As you may see, the community is assured for some samples (0.99 or extra, or 0.01 or much less) however much less assured for others (0.7, 0.2).

Further experiments

The following experiments will assist persuade you that the structure selections you’ve made are all pretty cheap, though there’s nonetheless room for enchancment.

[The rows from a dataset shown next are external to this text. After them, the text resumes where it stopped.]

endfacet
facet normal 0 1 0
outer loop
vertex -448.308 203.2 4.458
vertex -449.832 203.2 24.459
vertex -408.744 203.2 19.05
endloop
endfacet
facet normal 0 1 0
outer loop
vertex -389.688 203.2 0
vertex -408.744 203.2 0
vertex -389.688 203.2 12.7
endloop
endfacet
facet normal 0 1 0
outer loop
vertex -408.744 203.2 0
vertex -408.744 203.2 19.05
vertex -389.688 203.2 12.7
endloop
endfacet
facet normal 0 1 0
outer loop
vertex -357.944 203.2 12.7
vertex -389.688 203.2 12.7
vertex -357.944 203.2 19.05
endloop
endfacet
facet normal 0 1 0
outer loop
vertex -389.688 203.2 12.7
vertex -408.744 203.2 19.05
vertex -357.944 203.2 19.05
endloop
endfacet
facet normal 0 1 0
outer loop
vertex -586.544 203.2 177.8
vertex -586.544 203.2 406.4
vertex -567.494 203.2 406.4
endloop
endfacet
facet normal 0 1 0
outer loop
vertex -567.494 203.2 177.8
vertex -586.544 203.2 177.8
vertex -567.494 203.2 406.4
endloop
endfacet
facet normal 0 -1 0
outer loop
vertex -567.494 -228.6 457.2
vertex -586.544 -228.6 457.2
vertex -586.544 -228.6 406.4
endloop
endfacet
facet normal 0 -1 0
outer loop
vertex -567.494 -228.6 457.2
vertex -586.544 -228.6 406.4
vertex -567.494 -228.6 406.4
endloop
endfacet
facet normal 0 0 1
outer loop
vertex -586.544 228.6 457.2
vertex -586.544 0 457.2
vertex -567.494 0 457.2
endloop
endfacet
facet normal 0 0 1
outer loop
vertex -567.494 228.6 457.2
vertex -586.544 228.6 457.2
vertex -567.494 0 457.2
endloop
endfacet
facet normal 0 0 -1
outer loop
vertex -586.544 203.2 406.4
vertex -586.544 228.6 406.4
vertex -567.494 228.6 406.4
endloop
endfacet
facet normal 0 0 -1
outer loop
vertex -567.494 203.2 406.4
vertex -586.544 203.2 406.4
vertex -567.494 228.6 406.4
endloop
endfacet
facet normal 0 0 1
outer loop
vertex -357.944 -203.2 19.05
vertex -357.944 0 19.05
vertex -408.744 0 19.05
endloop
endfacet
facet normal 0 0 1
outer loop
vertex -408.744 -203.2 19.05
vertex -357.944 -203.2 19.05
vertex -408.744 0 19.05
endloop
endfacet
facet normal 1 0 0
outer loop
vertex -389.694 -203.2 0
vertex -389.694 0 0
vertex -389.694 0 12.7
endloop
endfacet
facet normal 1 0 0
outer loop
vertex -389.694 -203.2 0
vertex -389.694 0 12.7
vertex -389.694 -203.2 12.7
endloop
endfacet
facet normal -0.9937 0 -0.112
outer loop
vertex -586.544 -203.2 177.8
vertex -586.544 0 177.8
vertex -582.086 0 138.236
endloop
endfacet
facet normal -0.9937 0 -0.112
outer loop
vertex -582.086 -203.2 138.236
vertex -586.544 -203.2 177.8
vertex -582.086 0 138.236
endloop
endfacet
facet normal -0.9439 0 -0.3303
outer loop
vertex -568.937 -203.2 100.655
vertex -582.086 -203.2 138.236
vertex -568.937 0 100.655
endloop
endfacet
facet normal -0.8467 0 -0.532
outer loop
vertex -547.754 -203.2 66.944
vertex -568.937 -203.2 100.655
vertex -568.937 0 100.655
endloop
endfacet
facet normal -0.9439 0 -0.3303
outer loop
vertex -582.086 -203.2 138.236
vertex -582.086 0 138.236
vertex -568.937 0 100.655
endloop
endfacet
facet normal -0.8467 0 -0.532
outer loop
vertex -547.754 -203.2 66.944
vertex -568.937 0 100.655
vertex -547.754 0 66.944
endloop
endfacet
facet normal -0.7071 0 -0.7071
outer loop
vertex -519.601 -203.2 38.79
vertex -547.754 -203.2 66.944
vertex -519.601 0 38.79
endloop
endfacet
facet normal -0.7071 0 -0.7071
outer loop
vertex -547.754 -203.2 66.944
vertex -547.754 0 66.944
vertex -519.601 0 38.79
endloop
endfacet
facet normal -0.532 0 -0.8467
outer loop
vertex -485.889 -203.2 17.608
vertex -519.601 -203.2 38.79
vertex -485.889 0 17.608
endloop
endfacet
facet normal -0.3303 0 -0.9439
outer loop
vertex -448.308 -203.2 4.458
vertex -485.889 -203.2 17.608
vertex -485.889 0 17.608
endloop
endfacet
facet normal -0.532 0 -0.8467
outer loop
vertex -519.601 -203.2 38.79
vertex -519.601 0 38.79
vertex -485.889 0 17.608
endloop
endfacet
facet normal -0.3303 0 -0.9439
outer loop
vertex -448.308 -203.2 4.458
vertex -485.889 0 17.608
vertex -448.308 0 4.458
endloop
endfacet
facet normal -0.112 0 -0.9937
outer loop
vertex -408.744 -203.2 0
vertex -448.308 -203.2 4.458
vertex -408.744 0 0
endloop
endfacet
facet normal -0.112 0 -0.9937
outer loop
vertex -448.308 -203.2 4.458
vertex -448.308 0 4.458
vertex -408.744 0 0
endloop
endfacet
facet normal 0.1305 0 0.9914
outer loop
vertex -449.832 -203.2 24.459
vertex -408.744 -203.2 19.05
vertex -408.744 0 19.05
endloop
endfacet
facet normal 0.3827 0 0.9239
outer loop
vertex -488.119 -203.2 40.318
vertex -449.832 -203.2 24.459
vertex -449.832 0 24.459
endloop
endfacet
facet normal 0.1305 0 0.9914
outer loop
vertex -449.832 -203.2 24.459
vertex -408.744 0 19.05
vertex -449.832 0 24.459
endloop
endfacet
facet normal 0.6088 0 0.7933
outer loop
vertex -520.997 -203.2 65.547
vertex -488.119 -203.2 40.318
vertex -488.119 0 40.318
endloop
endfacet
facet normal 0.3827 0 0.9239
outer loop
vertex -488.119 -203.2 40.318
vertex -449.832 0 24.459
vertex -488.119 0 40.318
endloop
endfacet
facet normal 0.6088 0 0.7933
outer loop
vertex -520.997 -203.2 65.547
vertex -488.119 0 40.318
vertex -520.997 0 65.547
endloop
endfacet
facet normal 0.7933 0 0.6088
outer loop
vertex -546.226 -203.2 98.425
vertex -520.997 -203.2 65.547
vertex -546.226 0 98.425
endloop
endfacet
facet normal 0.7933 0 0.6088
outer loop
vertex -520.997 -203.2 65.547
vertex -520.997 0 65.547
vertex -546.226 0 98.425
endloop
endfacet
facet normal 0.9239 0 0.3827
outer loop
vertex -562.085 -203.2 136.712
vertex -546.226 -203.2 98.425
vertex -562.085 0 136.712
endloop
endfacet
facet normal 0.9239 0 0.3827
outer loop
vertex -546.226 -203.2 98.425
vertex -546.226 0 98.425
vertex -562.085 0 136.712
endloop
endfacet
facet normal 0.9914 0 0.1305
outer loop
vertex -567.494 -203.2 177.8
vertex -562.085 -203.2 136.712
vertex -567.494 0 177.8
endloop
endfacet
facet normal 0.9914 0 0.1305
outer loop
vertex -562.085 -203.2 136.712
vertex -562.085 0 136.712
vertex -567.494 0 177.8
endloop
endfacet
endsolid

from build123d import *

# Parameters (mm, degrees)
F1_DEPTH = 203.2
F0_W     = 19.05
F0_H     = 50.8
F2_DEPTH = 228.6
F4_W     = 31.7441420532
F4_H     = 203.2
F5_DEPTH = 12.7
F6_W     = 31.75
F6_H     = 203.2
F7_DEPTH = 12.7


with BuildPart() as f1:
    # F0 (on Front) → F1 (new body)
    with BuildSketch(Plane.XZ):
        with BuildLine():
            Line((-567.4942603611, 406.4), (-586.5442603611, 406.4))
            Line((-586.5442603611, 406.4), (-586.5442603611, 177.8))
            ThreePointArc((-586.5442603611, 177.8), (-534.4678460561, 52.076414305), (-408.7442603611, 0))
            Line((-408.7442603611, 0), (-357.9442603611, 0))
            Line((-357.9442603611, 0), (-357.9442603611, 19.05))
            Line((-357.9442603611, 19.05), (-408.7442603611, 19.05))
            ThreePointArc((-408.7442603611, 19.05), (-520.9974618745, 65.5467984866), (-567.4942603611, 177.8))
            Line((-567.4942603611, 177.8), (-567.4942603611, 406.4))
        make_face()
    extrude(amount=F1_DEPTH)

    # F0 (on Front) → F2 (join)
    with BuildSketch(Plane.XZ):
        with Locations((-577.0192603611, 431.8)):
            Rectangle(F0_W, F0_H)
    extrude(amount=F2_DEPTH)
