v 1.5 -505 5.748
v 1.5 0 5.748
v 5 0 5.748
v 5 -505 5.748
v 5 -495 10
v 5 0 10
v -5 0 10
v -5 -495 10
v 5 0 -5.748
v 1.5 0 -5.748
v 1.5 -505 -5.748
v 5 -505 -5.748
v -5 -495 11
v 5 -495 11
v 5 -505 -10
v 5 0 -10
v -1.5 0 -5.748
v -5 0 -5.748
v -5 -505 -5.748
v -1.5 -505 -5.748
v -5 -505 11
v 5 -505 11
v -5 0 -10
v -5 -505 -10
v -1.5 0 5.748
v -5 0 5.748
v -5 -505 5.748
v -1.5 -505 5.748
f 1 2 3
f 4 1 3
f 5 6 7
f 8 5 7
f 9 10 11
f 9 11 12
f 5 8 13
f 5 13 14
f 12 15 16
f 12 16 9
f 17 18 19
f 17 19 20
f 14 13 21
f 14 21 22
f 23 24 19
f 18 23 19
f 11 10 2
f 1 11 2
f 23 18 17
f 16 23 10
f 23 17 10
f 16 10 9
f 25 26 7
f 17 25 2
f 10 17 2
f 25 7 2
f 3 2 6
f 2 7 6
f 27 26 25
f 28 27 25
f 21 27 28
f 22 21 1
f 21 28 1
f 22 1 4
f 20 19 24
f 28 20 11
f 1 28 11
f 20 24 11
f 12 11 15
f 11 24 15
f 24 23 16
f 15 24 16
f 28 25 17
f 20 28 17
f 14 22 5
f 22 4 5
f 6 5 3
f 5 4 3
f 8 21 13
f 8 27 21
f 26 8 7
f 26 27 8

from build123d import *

# Parameters (mm, degrees)
F0_W     = 3.5
F0_H     = 4.252
F1_DEPTH = 505
F2_W     = 10
F2_H     = 10
F3_DEPTH = 1


with BuildPart() as f1:
    # F0 (on Front) → F1 (new body)
    with BuildSketch(Plane.XZ):
        Polygon((1.5, 10), (-1.5, 10), (-1.5, 5.748), (-1.5, -5.748), (-1.5, -10), (1.5, -10), (1.5, -5.748), (1.5, 5.748), align=None)
        with Locations((-3.25, -7.874)):
            Rectangle(F0_W, F0_H)
        with Locations((3.25, -7.874)):
            Rectangle(F0_W, F0_H)
        with Locations((3.25, 7.874)):
            Rectangle(F0_W, F0_H)
        with Locations((-3.25, 7.874)):
            Rectangle(F0_W, F0_H)
    extrude(amount=F1_DEPTH)

    # F2 (on face) → F3 (join)
    with BuildSketch(Plane.XY.offset(10)):
        with Locations((0, -500)):
            Rectangle(F2_W, F2_H)
    extrude(amount=F3_DEPTH)


solid = f1.part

• You used two hidden layers. Try utilizing one or three hidden layers, and see how doing so impacts validation and take a look at accuracy.
• Try utilizing layers with extra hidden models or fewer hidden models: 32 models, 64 models, and so forth.
• Try utilizing the mse loss operate as a substitute of binary_crossentropy.
• Try utilizing the tanh activation (an activation that was standard within the early days of neural networks) as a substitute of relu.

Wrapping up

Here’s what you must take away from this instance:

• You normally have to do fairly a little bit of preprocessing in your uncooked knowledge so as to have the ability to feed it – as tensors – right into a neural community. Sequences of phrases will be encoded as binary vectors, however there are different encoding choices, too.
• Stacks of dense layers with relu activations can clear up a variety of issues (together with sentiment classification), and also you’ll seemingly use them often.
• In a binary classification drawback (two output lessons), your community ought to finish with a dense layer with one unit and a sigmoid activation: the output of your community ought to be a scalar between 0 and 1, encoding a chance.
• With such a scalar sigmoid output on a binary classification drawback, the loss operate you must use is binary_crossentropy.
• The rmsprop optimizer is usually a adequate alternative, no matter your drawback. That’s one much less factor so that you can fear about.
• As they get higher on their coaching knowledge, neural networks finally begin overfitting and find yourself acquiring more and more worse outcomes on knowledge they’ve
  by no means seen earlier than. Be positive to at all times monitor efficiency on knowledge that’s outdoors of the coaching set.